The parasites and corn grains found in the intestines of a North Korean soldier who defected to the South through DMZ late last year indirectly revealed the poor healthcare situation of the North.

Maternal and infant mortality rates in the North are more than eight times higher than those of the South. Malnutrition still accounts for a high proportion among the causes of child mortality. The difference in life expectancy between the two Koreas is 12 years for males and 11 years for females. The health gap has widened in the past 73 years since the separation of the Korean Peninsula.

Just as West Germany and East Germany made healthcare agreements to narrow the health gap 16 years ahead of the reunification, it is time for us to start preparing for the formation of an inter-Korean health community.

As the North also entered the era of aging, the country’s mortality rate, caused by cardiovascular diseases due to chronic diseases, is going up. The two Koreas have some similarities in community healthcare.

The North operates free medical service by having a physician take care of 120-130 households and focuses on preventive medicine. The South aims to provide comprehensive and sustainable care. If the South’s advanced healthcare is combined with the North’s strengths, the two will be able to create synergy in building a joint health community.

Under North Korean leader Kim Jong-un’s policy to put more emphasis on science and technology, the country has been witnessing a sea of change in the public health sector --aggressively seeking to establish large-sized hospitals, medical research labs, and factories to produce medical products.

If the two Koreas share clinical experiences and boost academic exchanges through alliances between medical schools and hospitals, the formation process of an inter-Korean health community will become a new medical field with a significant value. Studying differences in disease patterns between the two Koreas due to differences in living environment, despite the same ethnicity, will offer a very high academic value.
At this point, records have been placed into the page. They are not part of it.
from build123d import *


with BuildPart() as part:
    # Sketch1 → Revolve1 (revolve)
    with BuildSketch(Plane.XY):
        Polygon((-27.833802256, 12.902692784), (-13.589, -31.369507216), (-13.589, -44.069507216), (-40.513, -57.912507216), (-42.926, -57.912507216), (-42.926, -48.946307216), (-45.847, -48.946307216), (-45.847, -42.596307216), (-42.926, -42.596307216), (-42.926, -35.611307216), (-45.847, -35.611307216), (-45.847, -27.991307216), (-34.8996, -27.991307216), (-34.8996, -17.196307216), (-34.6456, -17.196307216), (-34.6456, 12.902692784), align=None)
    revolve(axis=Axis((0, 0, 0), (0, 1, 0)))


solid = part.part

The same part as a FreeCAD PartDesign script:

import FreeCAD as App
import Part
import Sketcher
from FreeCAD import Vector
Q = App.Units.Quantity

doc = App.newDocument("Part")
body = doc.addObject("PartDesign::Body", "Body")

sketch1 = body.newObject("Sketcher::SketchObject", "Sketch")
sketch1.AttachmentSupport = (doc.getObject("XY_Plane"), [""])
sketch1.MapMode = "FlatFace"
sketch1.addGeometry([
    Part.LineSegment(Vector(-13.59, -31.37, 0), Vector(-27.83, 12.9, 0)),
    Part.LineSegment(Vector(-27.83, 12.9, 0), Vector(-34.65, 12.9, 0)),
    Part.LineSegment(Vector(-34.65, 12.9, 0), Vector(-34.65, -17.2, 0)),
    Part.LineSegment(Vector(-34.65, -17.2, 0), Vector(-34.9, -17.2, 0)),
    Part.LineSegment(Vector(-34.9, -17.2, 0), Vector(-34.9, -27.99, 0)),
    Part.LineSegment(Vector(-34.9, -27.99, 0), Vector(-45.85, -27.99, 0)),
    Part.LineSegment(Vector(-45.85, -27.99, 0), Vector(-45.85, -35.61, 0)),
    Part.LineSegment(Vector(-45.85, -35.61, 0), Vector(-42.93, -35.61, 0)),
    Part.LineSegment(Vector(-42.93, -35.61, 0), Vector(-42.93, -42.6, 0)),
    Part.LineSegment(Vector(-42.93, -42.6, 0), Vector(-45.85, -42.6, 0)),
    Part.LineSegment(Vector(-45.85, -42.6, 0), Vector(-45.85, -48.95, 0)),
    Part.LineSegment(Vector(-45.85, -48.95, 0), Vector(-42.93, -48.95, 0)),
    Part.LineSegment(Vector(-42.93, -48.95, 0), Vector(-42.93, -57.91, 0)),
    Part.LineSegment(Vector(-42.93, -57.91, 0), Vector(-40.51, -57.91, 0)),
    Part.LineSegment(Vector(-40.51, -57.91, 0), Vector(-13.59, -44.07, 0)),
    Part.LineSegment(Vector(-13.59, -44.07, 0), Vector(-13.59, -31.37, 0)),
], False)
sketch1.addConstraint([
    Sketcher.Constraint("Coincident", 0, 2, 1, 1),
    Sketcher.Constraint("Coincident", 1, 2, 2, 1),
    Sketcher.Constraint("Coincident", 2, 2, 3, 1),
    Sketcher.Constraint("Coincident", 3, 2, 4, 1),
    Sketcher.Constraint("Coincident", 4, 2, 5, 1),
    Sketcher.Constraint("Coincident", 5, 2, 6, 1),
    Sketcher.Constraint("Coincident", 6, 2, 7, 1),
    Sketcher.Constraint("Coincident", 7, 2, 8, 1),
    Sketcher.Constraint("Coincident", 8, 2, 9, 1),
    Sketcher.Constraint("Coincident", 9, 2, 10, 1),
    Sketcher.Constraint("Coincident", 10, 2, 11, 1),
    Sketcher.Constraint("Coincident", 11, 2, 12, 1),
    Sketcher.Constraint("Coincident", 12, 2, 13, 1),
    Sketcher.Constraint("Coincident", 13, 2, 14, 1),
    Sketcher.Constraint("Coincident", 14, 2, 15, 1),
    Sketcher.Constraint("Coincident", 15, 2, 0, 1),
    Sketcher.Constraint("Horizontal", 1),
    Sketcher.Constraint("Vertical", 2),
    Sketcher.Constraint("Horizontal", 3),
    Sketcher.Constraint("Vertical", 4),
    Sketcher.Constraint("Horizontal", 5),
    Sketcher.Constraint("Vertical", 6),
    Sketcher.Constraint("Horizontal", 7),
    Sketcher.Constraint("Vertical", 8),
    Sketcher.Constraint("Horizontal", 9),
    Sketcher.Constraint("Vertical", 10),
    Sketcher.Constraint("Horizontal", 11),
    Sketcher.Constraint("Vertical", 12),
    Sketcher.Constraint("Horizontal", 13),
    Sketcher.Constraint("Vertical", 15),
    Sketcher.Constraint("Vertical", 6, 2, 9, 2),
    Sketcher.Constraint("Vertical", 8, 2, 11, 2),
    Sketcher.Constraint("DistanceY", 6, 2, 6, 1, Q("0.3 in")),
    Sketcher.Constraint("DistanceY", 15, 1, 15, 2, Q("0.5 in")),
    Sketcher.Constraint("DistanceY", 8, 2, 3, 2, Q("1 in")),
    Sketcher.Constraint("DistanceX", 3, 2, 3, 1, Q("0.01 in")),
    Sketcher.Constraint("DistanceY", 10, 2, 10, 1, Q("0.25 in")),
    Sketcher.Constraint("DistanceX", 5, 2, 5, 1, Q("0.431 in")),
    Sketcher.Constraint("DistanceX", 7, 1, 7, 2, Q("0.115 in")),
    Sketcher.Constraint("DistanceX", 13, 1, 13, 2, Q("0.095 in")),
    Sketcher.Constraint("DistanceY", 2, 2, 2, 1, Q("1.185 in")),
    Sketcher.Constraint("DistanceY", 4, 2, 4, 1, Q("0.425 in")),
    Sketcher.Constraint("DistanceY", 12, 2, 12, 1, Q("0.353 in")),
    Sketcher.Constraint("DistanceX", 7, 2, -1, 1, Q("1.69 in")),
    Sketcher.Constraint("Angle", 14, Q("27.210005 deg")),
    Sketcher.Constraint("DistanceX", 13, 2, 14, 2, Q("1.06 in")),
    Sketcher.Constraint("Distance", 0, Q("46.507441 mm")),
    Sketcher.Constraint("DistanceY", -1, 1, 0, 2, Q("12.902693 mm")),
])
revolution = body.newObject("PartDesign::Revolution", "Revolution")
revolution.Profile = sketch1
revolution.ReferenceAxis = (sketch1, ["V_Axis"])
revolution.Angle = 360

doc.recompute()
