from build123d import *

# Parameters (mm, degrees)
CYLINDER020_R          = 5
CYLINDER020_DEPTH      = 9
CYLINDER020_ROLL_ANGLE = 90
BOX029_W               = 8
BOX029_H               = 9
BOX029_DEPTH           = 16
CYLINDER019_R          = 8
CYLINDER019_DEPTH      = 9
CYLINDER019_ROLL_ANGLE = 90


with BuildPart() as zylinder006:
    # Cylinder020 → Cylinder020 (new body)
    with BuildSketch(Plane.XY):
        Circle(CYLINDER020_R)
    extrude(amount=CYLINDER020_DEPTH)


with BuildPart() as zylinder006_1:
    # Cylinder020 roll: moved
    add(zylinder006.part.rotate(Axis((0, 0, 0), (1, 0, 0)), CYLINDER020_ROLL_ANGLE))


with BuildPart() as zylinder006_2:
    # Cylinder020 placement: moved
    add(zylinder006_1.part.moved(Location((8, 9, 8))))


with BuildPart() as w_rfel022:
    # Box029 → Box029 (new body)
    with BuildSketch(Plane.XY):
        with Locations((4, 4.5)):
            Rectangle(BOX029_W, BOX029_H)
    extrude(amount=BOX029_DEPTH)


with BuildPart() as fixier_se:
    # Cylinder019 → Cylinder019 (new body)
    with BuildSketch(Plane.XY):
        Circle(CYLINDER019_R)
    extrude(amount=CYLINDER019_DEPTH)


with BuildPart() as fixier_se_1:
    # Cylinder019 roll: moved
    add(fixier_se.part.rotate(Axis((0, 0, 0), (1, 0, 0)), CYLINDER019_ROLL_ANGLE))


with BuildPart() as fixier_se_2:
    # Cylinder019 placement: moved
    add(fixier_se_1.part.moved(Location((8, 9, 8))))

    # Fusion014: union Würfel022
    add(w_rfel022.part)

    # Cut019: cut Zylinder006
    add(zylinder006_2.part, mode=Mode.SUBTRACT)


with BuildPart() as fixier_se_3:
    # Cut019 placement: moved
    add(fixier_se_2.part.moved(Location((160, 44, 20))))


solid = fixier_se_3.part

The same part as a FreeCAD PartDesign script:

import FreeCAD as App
import Part
import Sketcher
from FreeCAD import Vector

doc = App.newDocument("Part")
body = doc.addObject("PartDesign::Body", "Body")

# Sketch on XY plane
sketch1 = body.newObject("Sketcher::SketchObject", "Sketch")
sketch1.AttachmentSupport = (doc.getObject("XY_Plane"), [""])
sketch1.MapMode = "FlatFace"
sketch1.addGeometry(Part.Circle(Vector(0, 0, 0), Vector(0, 0, 1), 5), False)
sketch1.addConstraint(Sketcher.Constraint("Coincident", 0, 3, -1, 1))
sketch1.addConstraint(Sketcher.Constraint("Diameter", 0, 10.0))
pad1 = body.newObject("PartDesign::Pad", "Pad")
pad1.Profile = sketch1
pad1.Length = 9
body2 = doc.addObject("PartDesign::Body", "Body001")
doc.recompute()

body.Placement = App.Placement(Vector(0, 0, 0), App.Rotation(Vector(1, 0, 0), 90))
boolean = body2.newObject("PartDesign::Boolean", "Boolean")
boolean.Type = "Fuse"
boolean.addObjects([body])
body3 = doc.addObject("PartDesign::Body", "Body002")
doc.recompute()

body2.Placement = App.Placement(Vector(8, 9, 8), App.Rotation(Vector(0, 0, 1), 0))
boolean2 = body3.newObject("PartDesign::Boolean", "Boolean001")
boolean2.Type = "Fuse"
boolean2.addObjects([body2])
body4 = doc.addObject("PartDesign::Body", "Body003")

# Sketch on XY plane
sketch2 = body4.newObject("Sketcher::SketchObject", "Sketch001")
sketch2.AttachmentSupport = (doc.getObject("XY_Plane003"), [""])
sketch2.MapMode = "FlatFace"
sketch2.addGeometry(Part.LineSegment(Vector(0, 9, 0), Vector(0, 0, 0)), False)
sketch2.addGeometry(Part.LineSegment(Vector(0, 0, 0), Vector(8, 0, 0)), False)
sketch2.addGeometry(Part.LineSegment(Vector(8, 0, 0), Vector(8, 9, 0)), False)
sketch2.addGeometry(Part.LineSegment(Vector(8, 9, 0), Vector(0, 9, 0)), False)
sketch2.addConstraint(Sketcher.Constraint("Coincident", 0, 2, 1, 1))
sketch2.addConstraint(Sketcher.Constraint("Coincident", 1, 2, 2, 1))
sketch2.addConstraint(Sketcher.Constraint("Coincident", 2, 2, 3, 1))
sketch2.addConstraint(Sketcher.Constraint("Coincident", 3, 2, 0, 1))
sketch2.addConstraint(Sketcher.Constraint("Vertical", 0))
sketch2.addConstraint(Sketcher.Constraint("Horizontal", 1))
sketch2.addConstraint(Sketcher.Constraint("Vertical", 2))
sketch2.addConstraint(Sketcher.Constraint("Horizontal", 3))
sketch2.addConstraint(Sketcher.Constraint("Coincident", 0, 2, -1, 1))
sketch2.addConstraint(Sketcher.Constraint("DistanceX", 1, 1, 1, 2, 8.0))
sketch2.addConstraint(Sketcher.Constraint("DistanceY", 0, 2, 0, 1, 9.0))
pad2 = body4.newObject("PartDesign::Pad", "Pad001")
pad2.Profile = sketch2
pad2.Length = 16
body5 = doc.addObject("PartDesign::Body", "Body004")

# Sketch on XY plane
sketch3 = body5.newObject("Sketcher::SketchObject", "Sketch002")
sketch3.AttachmentSupport = (doc.getObject("XY_Plane004"), [""])
sketch3.MapMode = "FlatFace"
sketch3.addGeometry(Part.Circle(Vector(0, 0, 0), Vector(0, 0, 1), 8), False)
sketch3.addConstraint(Sketcher.Constraint("Coincident", 0, 3, -1, 1))
sketch3.addConstraint(Sketcher.Constraint("Diameter", 0, 16.0))
pad3 = body5.newObject("PartDesign::Pad", "Pad002")
pad3.Profile = sketch3
pad3.Length = 9
body6 = doc.addObject("PartDesign::Body", "Body005")
doc.recompute()

body5.Placement = App.Placement(Vector(0, 0, 0), App.Rotation(Vector(1, 0, 0), 90))
boolean3 = body6.newObject("PartDesign::Boolean", "Boolean002")
boolean3.Type = "Fuse"
boolean3.addObjects([body5])
body7 = doc.addObject("PartDesign::Body", "Body006")
doc.recompute()

body6.Placement = App.Placement(Vector(8, 9, 8), App.Rotation(Vector(0, 0, 1), 0))
boolean4 = body7.newObject("PartDesign::Boolean", "Boolean003")
boolean4.Type = "Fuse"
boolean4.addObjects([body6])
doc.recompute()

boolean5 = body7.newObject("PartDesign::Boolean", "Boolean004")
boolean5.Type = "Fuse"
boolean5.addObjects([body4])
doc.recompute()

boolean6 = body7.newObject("PartDesign::Boolean", "Boolean005")
boolean6.Type = "Cut"
boolean6.addObjects([body3])
body8 = doc.addObject("PartDesign::Body", "Body007")
doc.recompute()

body7.Placement = App.Placement(Vector(160, 44, 20), App.Rotation(Vector(0, 0, 1), 0))
boolean7 = body8.newObject("PartDesign::Boolean", "Boolean006")
boolean7.Type = "Fuse"
boolean7.addObjects([body7])

doc.recompute()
I hope that such research will provide a solution to the mutual understanding between the two Koreas and provide an effective and systematic solution for convergence in the public health areas.

Especially when the South’s public health is facing challenges due to severe competition for sizing up among private and public medical institutions, medicine in a reunited Korea will be new hope for the next generations.

A recent survey on medical students showed that the more they were interested in the reunification of Korea, the more their attitude were positive toward healthcare reunification. The government should give more opportunities for medical students to participate in efforts to form an inter-Korean health community.

Let’s draw a new map in the public health sector designed to form a joint health community, so that young healthcare professionals can play a significant role in contributing to the peace and coexistence on the Korean Peninsula.